*Reduction* (also known as *folding* in functional programming) is the action of computing the value of some associative and commutative operation (i.e., $(a \circ b) \circ c = a \circ (b \circ c)$ and $a \circ b = b \circ a$) over a range of arbitrary elements.

The simplest example of reduction is calculating the sum an array:

```
int sum(int *a, int n) {
int s = 0;
for (int i = 0; i < n; i++)
s += a[i];
return s;
}
```

The naive approach is not so straightforward to vectorize, because the state of the loop (sum $s$ on the current prefix) depends on the previous iteration. The way to overcome this is to split a single scalar accumulator $s$ into 8 separate ones, so that $s_i$ would contain the sum of every 8th element of the original array, shifted by $i$:

$$ s_i = \sum_{j=0}^{n / 8} a_{8 \cdot j + i } $$If we store these 8 accumulators in a single 256-bit vector, we can update them all at once by adding consecutive 8-element segments of the array. With vector extensions, this is straightforward:

```
int sum_simd(v8si *a, int n) {
// ^ you can just cast a pointer normally, like with any other pointer type
v8si s = {0};
for (int i = 0; i < n / 8; i++)
s += a[i];
int res = 0;
// sum 8 accumulators into one
for (int i = 0; i < 8; i++)
res += s[i];
// add the remainder of a
for (int i = n / 8 * 8; i < n; i++)
res += a[i];
return res;
}
```

You can use this approach for other reductions, such as for finding the minimum or the xor-sum of an array.

### #Instruction-Level Parallelism

Our implementation matches what the compiler produces automatically, but it is actually suboptimal: when we use just one accumulator, we have to wait one cycle between the loop iterations for a vector addition to complete, while the throughput of corresponding instruction is 2 on this microarchitecture.

If we again divide the array in $B \geq 2$ parts and use a *separate* accumulator for each, we can saturate the throughput of vector addition and increase the performance twofold:

```
const int B = 2; // how many vector accumulators to use
int sum_simd(v8si *a, int n) {
v8si b[B] = {0};
for (int i = 0; i + (B - 1) < n / 8; i += B)
for (int j = 0; j < B; j++)
b[j] += a[i + j];
// sum all vector accumulators into one
for (int i = 1; i < B; i++)
b[0] += b[i];
int s = 0;
// sum 8 scalar accumulators into one
for (int i = 0; i < 8; i++)
s += b[0][i];
// add the remainder of a
for (int i = n / (8 * B) * (8 * B); i < n; i++)
s += a[i];
return s;
}
```

If you have more than 2 relevant execution ports, you can increase the `B`

constant accordingly, but the $n$-fold performance increase will only apply to arrays that fit into L1 cache — memory bandwidth will be the bottleneck for anything larger.

### #Horizontal Summation

The part where we sum up the 8 accumulators stored in a vector register into a single scalar to get the total sum is called “horizontal summation.”

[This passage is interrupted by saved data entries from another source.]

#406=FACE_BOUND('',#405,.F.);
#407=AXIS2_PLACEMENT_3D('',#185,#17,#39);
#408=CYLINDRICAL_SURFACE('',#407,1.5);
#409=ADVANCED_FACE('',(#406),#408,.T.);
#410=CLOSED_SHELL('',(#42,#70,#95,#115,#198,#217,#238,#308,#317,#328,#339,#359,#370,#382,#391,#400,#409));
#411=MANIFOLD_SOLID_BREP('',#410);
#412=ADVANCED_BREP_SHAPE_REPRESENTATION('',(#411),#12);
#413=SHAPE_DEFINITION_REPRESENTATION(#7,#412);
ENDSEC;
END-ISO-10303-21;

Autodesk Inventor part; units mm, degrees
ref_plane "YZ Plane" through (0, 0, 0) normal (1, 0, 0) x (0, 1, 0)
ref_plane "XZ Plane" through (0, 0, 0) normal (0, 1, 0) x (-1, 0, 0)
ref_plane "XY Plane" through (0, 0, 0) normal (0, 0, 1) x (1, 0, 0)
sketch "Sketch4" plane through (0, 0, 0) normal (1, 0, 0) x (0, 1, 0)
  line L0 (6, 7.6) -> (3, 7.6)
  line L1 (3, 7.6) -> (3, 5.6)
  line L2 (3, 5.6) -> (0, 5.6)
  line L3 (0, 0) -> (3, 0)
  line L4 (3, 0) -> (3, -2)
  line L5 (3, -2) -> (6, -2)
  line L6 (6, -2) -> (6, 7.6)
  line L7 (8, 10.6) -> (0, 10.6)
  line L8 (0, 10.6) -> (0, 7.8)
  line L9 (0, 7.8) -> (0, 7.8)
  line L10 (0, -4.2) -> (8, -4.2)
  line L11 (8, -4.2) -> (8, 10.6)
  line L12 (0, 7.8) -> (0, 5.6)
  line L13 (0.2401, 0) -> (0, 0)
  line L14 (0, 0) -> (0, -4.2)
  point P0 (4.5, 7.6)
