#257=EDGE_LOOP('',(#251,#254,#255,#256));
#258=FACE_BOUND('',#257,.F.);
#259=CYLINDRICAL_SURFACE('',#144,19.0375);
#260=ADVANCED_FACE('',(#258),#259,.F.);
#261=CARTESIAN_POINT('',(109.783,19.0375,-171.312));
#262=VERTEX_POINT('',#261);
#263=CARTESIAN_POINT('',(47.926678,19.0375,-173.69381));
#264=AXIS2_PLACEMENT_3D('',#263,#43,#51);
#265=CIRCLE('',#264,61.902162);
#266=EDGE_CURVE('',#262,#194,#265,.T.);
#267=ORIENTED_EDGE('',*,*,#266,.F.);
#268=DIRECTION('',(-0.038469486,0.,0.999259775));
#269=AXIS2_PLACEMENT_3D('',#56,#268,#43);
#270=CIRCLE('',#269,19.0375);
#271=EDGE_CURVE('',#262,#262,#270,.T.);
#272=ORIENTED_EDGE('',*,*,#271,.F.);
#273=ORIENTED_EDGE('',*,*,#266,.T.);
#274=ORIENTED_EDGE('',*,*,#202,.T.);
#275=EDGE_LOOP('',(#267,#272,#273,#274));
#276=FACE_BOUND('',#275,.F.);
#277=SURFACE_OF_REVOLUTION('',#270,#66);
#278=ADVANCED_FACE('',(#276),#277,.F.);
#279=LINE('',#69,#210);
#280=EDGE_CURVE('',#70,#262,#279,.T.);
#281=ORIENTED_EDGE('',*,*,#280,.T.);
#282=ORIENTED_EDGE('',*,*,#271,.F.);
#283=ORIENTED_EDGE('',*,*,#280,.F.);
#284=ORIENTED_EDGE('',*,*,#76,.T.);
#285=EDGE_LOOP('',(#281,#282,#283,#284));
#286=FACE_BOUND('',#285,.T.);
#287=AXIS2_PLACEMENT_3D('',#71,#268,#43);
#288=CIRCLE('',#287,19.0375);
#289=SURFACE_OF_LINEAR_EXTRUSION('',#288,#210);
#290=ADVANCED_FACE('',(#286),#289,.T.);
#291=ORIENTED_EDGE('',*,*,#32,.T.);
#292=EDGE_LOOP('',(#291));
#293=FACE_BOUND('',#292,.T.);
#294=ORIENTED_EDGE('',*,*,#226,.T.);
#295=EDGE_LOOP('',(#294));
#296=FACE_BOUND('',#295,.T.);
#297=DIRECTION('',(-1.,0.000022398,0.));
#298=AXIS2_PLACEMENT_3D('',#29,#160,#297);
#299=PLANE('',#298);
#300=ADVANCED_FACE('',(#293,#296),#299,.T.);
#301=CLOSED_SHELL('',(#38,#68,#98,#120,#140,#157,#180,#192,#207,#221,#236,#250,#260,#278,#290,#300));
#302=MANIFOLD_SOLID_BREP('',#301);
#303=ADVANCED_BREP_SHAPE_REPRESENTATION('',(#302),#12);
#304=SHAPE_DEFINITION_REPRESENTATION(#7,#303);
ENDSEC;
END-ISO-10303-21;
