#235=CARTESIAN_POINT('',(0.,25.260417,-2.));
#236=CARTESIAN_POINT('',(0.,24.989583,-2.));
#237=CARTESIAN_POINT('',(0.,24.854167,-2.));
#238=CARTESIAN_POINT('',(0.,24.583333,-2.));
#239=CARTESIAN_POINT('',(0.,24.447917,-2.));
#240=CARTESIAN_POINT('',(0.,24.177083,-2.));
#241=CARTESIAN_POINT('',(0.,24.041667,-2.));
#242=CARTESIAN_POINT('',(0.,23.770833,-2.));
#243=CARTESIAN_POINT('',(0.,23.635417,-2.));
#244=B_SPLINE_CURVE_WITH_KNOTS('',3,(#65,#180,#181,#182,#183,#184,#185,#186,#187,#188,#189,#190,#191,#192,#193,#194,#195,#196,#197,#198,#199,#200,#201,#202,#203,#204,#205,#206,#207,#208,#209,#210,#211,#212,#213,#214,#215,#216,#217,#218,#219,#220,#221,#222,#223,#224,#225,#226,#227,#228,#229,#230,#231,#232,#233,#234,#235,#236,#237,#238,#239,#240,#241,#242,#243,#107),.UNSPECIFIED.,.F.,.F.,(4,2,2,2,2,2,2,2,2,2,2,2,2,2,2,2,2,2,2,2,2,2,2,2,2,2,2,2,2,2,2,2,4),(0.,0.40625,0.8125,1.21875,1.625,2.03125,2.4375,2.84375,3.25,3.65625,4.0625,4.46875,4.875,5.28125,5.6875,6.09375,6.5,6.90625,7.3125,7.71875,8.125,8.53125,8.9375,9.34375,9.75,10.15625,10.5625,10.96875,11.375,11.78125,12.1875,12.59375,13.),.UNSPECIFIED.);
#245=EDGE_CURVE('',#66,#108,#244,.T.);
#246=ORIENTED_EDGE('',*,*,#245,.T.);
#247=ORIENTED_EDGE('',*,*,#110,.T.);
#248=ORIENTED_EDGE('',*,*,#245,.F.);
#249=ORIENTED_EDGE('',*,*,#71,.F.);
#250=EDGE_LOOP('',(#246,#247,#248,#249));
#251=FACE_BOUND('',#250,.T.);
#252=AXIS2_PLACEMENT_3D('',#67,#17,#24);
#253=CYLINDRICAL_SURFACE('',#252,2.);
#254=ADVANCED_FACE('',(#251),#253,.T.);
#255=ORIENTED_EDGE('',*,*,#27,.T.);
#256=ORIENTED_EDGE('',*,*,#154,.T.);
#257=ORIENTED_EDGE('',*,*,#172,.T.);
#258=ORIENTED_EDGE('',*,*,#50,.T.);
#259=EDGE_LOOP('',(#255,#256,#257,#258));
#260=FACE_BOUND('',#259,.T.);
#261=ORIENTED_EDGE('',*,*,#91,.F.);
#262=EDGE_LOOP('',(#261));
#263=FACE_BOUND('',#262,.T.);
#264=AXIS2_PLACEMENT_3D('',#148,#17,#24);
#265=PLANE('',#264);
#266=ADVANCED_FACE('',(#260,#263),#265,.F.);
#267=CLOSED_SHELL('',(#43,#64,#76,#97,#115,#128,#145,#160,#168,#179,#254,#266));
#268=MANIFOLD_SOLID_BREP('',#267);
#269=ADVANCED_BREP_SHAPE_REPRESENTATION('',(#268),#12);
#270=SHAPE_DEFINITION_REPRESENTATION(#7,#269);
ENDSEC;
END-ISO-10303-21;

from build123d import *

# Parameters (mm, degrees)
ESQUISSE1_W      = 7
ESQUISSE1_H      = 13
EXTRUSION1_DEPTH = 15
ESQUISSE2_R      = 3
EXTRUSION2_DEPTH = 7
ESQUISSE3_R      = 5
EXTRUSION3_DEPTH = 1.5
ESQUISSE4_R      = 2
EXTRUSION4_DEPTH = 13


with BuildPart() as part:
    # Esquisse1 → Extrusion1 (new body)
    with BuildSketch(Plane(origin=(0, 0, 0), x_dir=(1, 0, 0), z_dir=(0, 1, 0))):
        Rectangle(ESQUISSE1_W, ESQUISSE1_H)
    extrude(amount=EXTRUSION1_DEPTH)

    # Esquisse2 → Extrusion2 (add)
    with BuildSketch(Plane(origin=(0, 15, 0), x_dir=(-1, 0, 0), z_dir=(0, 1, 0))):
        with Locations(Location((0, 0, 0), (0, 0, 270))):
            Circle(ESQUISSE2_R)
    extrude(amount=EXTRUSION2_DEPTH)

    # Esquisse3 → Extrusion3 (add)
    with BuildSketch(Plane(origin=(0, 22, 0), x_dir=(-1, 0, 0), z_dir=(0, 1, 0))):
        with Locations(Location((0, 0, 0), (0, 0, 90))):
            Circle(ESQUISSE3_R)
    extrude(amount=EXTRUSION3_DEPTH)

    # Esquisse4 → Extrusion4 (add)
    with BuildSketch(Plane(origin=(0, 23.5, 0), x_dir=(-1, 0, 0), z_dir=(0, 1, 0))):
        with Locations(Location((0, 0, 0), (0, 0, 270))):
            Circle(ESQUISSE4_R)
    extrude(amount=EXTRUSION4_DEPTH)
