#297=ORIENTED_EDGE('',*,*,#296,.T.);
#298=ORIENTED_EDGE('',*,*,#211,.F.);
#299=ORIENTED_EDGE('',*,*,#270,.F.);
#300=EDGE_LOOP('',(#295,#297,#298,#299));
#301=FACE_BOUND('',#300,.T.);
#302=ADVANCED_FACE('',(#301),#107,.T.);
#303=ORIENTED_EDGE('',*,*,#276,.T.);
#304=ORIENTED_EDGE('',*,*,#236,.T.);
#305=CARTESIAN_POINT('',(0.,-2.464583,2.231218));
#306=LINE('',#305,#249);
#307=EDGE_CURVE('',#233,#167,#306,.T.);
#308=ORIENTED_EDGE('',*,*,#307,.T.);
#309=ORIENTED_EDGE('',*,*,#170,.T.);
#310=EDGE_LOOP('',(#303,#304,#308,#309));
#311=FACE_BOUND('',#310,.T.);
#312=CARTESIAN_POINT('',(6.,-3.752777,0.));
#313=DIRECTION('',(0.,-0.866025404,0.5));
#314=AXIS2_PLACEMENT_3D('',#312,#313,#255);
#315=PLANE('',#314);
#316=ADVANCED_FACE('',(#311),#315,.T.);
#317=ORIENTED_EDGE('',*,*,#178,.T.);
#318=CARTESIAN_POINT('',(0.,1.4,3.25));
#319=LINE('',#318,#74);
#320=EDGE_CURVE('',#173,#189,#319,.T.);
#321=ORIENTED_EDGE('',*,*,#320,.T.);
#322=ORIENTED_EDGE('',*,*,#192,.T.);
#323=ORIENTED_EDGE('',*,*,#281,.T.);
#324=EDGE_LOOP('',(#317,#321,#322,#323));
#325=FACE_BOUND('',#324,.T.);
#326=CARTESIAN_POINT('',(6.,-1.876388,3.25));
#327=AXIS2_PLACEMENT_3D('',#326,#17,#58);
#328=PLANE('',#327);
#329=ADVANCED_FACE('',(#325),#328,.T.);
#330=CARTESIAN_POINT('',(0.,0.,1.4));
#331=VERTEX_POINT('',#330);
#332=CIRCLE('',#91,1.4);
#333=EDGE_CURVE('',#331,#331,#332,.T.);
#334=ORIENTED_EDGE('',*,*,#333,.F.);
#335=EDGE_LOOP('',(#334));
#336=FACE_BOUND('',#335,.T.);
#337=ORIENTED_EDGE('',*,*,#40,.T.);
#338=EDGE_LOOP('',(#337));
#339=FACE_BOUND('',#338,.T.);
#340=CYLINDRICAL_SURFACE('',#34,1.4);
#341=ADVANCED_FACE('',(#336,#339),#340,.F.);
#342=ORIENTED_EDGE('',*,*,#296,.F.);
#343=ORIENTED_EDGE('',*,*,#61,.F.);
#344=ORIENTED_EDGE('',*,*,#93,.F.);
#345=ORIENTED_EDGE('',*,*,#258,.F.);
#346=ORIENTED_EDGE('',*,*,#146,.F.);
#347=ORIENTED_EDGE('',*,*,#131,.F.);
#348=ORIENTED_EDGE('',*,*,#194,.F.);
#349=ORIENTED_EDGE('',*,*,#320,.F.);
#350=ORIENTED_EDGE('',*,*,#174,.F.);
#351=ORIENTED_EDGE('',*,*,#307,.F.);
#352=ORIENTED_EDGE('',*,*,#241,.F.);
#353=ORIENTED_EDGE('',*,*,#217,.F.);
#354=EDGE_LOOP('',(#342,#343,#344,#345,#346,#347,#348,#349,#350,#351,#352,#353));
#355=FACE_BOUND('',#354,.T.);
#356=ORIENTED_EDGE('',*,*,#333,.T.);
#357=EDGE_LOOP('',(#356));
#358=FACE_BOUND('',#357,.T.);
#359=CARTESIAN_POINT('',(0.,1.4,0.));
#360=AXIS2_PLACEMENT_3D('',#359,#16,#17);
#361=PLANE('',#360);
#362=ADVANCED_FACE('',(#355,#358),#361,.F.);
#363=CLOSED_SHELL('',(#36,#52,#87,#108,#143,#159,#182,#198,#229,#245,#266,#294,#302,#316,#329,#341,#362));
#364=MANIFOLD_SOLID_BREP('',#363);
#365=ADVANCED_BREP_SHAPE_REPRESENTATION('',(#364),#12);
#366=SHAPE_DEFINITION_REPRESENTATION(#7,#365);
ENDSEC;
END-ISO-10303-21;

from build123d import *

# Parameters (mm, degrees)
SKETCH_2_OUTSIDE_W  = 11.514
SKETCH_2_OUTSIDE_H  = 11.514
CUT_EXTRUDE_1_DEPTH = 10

Although extracting and adding every scalar one by one only takes a constant number of cycles, it can be computed slightly faster using a special instruction that adds together pairs of adjacent elements in a register.

Since it is a very specific operation, it can only be done with SIMD intrinsics — although the compiler probably emits roughly the same procedure for the scalar code anyway:

```
int hsum(__m256i x) {
__m128i l = _mm256_extracti128_si256(x, 0);
__m128i h = _mm256_extracti128_si256(x, 1);
l = _mm_add_epi32(l, h);
l = _mm_hadd_epi32(l, l);
return _mm_extract_epi32(l, 0) + _mm_extract_epi32(l, 1);
}
```

There are other similar instructions, e.g., for integer multiplication or calculating absolute differences between adjacent elements (used in image processing).

There is also one specific instruction, `_mm_minpos_epu16`

, that calculates the horizontal minimum and its index among eight 16-bit integers. This is the only horizontal reduction that works in one go: all others are computed in multiple steps.